Adobe evangelist lashes out at Apple over iPhone 4.0

Posted:
in iPhone edited January 2014
Changes in Apple's iPhone 4.0 developer agreement have sparked passionate outrage from a Flash evangelist which was so intense that Adobe redacted some of his blog comments.



Curiously, Apple made no mention of the wording change or what it might mean to developers during the introduction of iPhone 4.0. The new clause was only discovered by registered iPhone developers, who then leaked the agreement wording to the public with their own interpretation of what it might mean.



Apple has neither clarified nor expanded upon the wording in the new agreement, nor is it likely to do so. Requests for further comment from Apple have as yet received no reply.



Responses from other sources have far more intense.

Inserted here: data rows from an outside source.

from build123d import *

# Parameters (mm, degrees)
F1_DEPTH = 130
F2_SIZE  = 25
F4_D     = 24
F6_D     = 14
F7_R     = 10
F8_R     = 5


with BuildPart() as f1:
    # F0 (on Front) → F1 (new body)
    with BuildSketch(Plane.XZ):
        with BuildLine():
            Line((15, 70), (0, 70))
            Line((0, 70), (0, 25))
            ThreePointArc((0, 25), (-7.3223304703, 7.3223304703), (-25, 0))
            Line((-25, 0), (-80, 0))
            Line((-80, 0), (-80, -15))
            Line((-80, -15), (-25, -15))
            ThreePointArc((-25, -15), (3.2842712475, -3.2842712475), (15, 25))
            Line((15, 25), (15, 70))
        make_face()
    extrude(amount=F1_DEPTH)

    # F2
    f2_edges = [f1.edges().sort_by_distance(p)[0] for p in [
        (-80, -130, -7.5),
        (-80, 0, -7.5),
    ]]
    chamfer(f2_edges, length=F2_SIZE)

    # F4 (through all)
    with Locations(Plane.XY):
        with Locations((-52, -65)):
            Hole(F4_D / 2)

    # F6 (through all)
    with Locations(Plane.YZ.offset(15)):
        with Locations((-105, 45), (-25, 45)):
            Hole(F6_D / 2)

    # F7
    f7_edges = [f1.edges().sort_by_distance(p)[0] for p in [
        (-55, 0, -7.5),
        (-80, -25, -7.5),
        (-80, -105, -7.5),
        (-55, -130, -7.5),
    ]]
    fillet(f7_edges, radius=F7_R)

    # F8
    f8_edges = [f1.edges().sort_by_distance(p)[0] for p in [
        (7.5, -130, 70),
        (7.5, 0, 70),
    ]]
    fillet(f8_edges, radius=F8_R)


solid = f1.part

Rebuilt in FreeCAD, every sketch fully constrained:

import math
import FreeCAD as App
import Part
import Sketcher

V = App.Vector


def edges_at(feature, points):
    """Names of the edges that pass closest to the given points."""
    edges = feature.Shape.Edges
    near = lambda p: min(range(len(edges)), key=lambda i: edges[i].distToShape(Part.Vertex(*p))[0])
    return sorted({f"Edge{near(p) + 1}" for p in points})

doc = App.newDocument("Part")
body = doc.addObject("PartDesign::Body", "Body")

# Sketch on XZ plane
sketch1 = body.newObject("Sketcher::SketchObject", "Sketch")
sketch1.AttachmentSupport = (doc.getObject("XZ_Plane"), [""])
sketch1.MapMode = "FlatFace"
sketch1.addGeometry(Part.LineSegment(V(15, 70, 0), V(0, 70, 0)), False)
sketch1.addGeometry(Part.LineSegment(V(0, 70, 0), V(0, 25, 0)), False)
sketch1.addGeometry(Part.ArcOfCircle(Part.Circle(V(-25, 25, 0), V(0, 0, 1), 25), math.radians(-90), math.radians(0)), False)
sketch1.addGeometry(Part.LineSegment(V(-25, 0, 0), V(-80, 0, 0)), False)
sketch1.addGeometry(Part.LineSegment(V(-80, 0, 0), V(-80, -15, 0)), False)
sketch1.addGeometry(Part.LineSegment(V(-80, -15, 0), V(-25, -15, 0)), False)
sketch1.addGeometry(Part.ArcOfCircle(Part.Circle(V(-25, 25, 0), V(0, 0, 1), 40), math.radians(-90), math.radians(0)), False)
sketch1.addGeometry(Part.LineSegment(V(15, 25, 0), V(15, 70, 0)), False)
sketch1.addConstraint(Sketcher.Constraint("Coincident", 0, 2, 1, 1))
sketch1.addConstraint(Sketcher.Constraint("Tangent", 1, 2, 2, 2))
sketch1.addConstraint(Sketcher.Constraint("Tangent", 2, 1, 3, 1))
sketch1.addConstraint(Sketcher.Constraint("Coincident", 3, 2, 4, 1))
sketch1.addConstraint(Sketcher.Constraint("Coincident", 4, 2, 5, 1))
sketch1.addConstraint(Sketcher.Constraint("Tangent", 5, 2, 6, 1))
sketch1.addConstraint(Sketcher.Constraint("Tangent", 6, 2, 7, 1))
sketch1.addConstraint(Sketcher.Constraint("Coincident", 7, 2, 0, 1))
sketch1.addConstraint(Sketcher.Constraint("Horizontal", 0))
sketch1.addConstraint(Sketcher.Constraint("Vertical", 1))
sketch1.addConstraint(Sketcher.Constraint("Horizontal", 3))
sketch1.addConstraint(Sketcher.Constraint("Vertical", 4))
sketch1.addConstraint(Sketcher.Constraint("Horizontal", 5))
sketch1.addConstraint(Sketcher.Constraint("Vertical", 7))
sketch1.addConstraint(Sketcher.Constraint("Coincident", 6, 3, 2, 3))
sketch1.addConstraint(Sketcher.Constraint("PointOnObject", 0, 2, -2))
sketch1.addConstraint(Sketcher.Constraint("PointOnObject", 2, 1, -1))
sketch1.addConstraint(Sketcher.Constraint("Radius", 2, 25.0))
sketch1.addConstraint(Sketcher.Constraint("Radius", 6, 40.0))
sketch1.addConstraint(Sketcher.Constraint("DistanceX", 3, 2, 3, 1, 55.0))
sketch1.addConstraint(Sketcher.Constraint("DistanceY", 1, 2, 1, 1, 45.0))
pad1 = body.newObject("PartDesign::Pad", "Pad")
pad1.Profile = sketch1
pad1.Length = 130
doc.recompute()

chamfer = body.newObject("PartDesign::Chamfer", "Chamfer")
chamfer.Base = (pad1, edges_at(pad1, [(-80, -130, -7.5), (-80, 0, -7.5)]))
chamfer.Size = 25

# Sketch on XY plane
sketch2 = body.newObject("Sketcher::SketchObject", "Sketch001")
sketch2.AttachmentSupport = (doc.getObject("XY_Plane"), [""])
sketch2.MapMode = "FlatFace"
sketch2.addGeometry(Part.Circle(V(-52, -65, 0), V(0, 0, 1), 12), False)
sketch2.addConstraint(Sketcher.Constraint("Diameter", 0, 24.0))
sketch2.addConstraint(Sketcher.Constraint("DistanceX", 0, 3, -1, 1, 52.0))
sketch2.addConstraint(Sketcher.Constraint("DistanceY", 0, 3, -1, 1, 65.0))
doc.recompute()
hole = body.newObject("PartDesign::Hole", "Hole")
hole.Profile = sketch2
hole.ThreadType = "None"
hole.Diameter = 24
hole.DepthType = "ThroughAll"

# Sketch on YZ plane
sketch3 = body.newObject("Sketcher::SketchObject", "Sketch002")
sketch3.AttachmentSupport = (doc.getObject("YZ_Plane"), [""])
sketch3.MapMode = "FlatFace"
sketch3.AttachmentOffset = App.Placement(V(0, 0, 15), App.Rotation())
sketch3.addGeometry(Part.Circle(V(-105, 45, 0), V(0, 0, 1), 7), False)
sketch3.addGeometry(Part.Circle(V(-25, 45, 0), V(0, 0, 1), 7), False)
sketch3.addConstraint(Sketcher.Constraint("Equal", 0, 1))
sketch3.addConstraint(Sketcher.Constraint("Horizontal", 0, 3, 1, 3))
sketch3.addConstraint(Sketcher.Constraint("Diameter", 0, 14.0))
sketch3.addConstraint(Sketcher.Constraint("DistanceX", 0, 3, -1, 1, 105.0))
sketch3.addConstraint(Sketcher.Constraint("DistanceY", -1, 1, 0, 3, 45.0))
sketch3.addConstraint(Sketcher.Constraint("DistanceX", 1, 3, -1, 1, 25.0))
doc.recompute()
hole2 = body.newObject("PartDesign::Hole", "Hole001")
hole2.Profile = sketch3
hole2.ThreadType = "None"
hole2.Diameter = 14
hole2.DepthType = "ThroughAll"
doc.recompute()

fillet = body.newObject("PartDesign::Fillet", "Fillet")
fillet.Base = (hole2, edges_at(hole2, [
    (-55, 0, -7.5),
    (-80, -25, -7.5),
    (-80, -105, -7.5),
    (-55, -130, -7.5),
]))
fillet.Radius = 10
doc.recompute()

fillet2 = body.newObject("PartDesign::Fillet", "Fillet001")
fillet2.Base = (fillet, edges_at(fillet, [(7.5, -130, 70), (7.5, 0, 70)]))
fillet2.Radius = 5

doc.recompute()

Lee Brimelow, a Platform Evangelist at Adobe who advocates Flash and related Flex and AIR development for the company, posted to The Flash Blog today an entry that began by saying, "new iPhone 4.0 SDK language appears to make creating applications in any non-Apple-approved languages a violation of terms. Obviously Adobe is looking into this wording carefully so I will not comment any further until there is an official conclusion."



Immediately afterward however, Brimelow announced, "What is clear is that Apple has timed this purposely to hurt sales of CS5." One of the primary selling points of CS5 is Flash Professional's touted ability to generate native iPhone apps using the same tools to create Flash content, although there are a variety of other notable new features in the package.



That comment was incendiary enough to prompt Adobe management to ask Brimelow to strike it from his blog entry, which he later did. But Brimelow continued in his criticism, calling the change "a frightening move that has no rational defense other than [Apple] wanting tyrannical control over developers and more importantly, wanting to use developers as pawns in their crusade against Adobe."



Will Unity3D run afoul of the new iPhone 4.0 SDK?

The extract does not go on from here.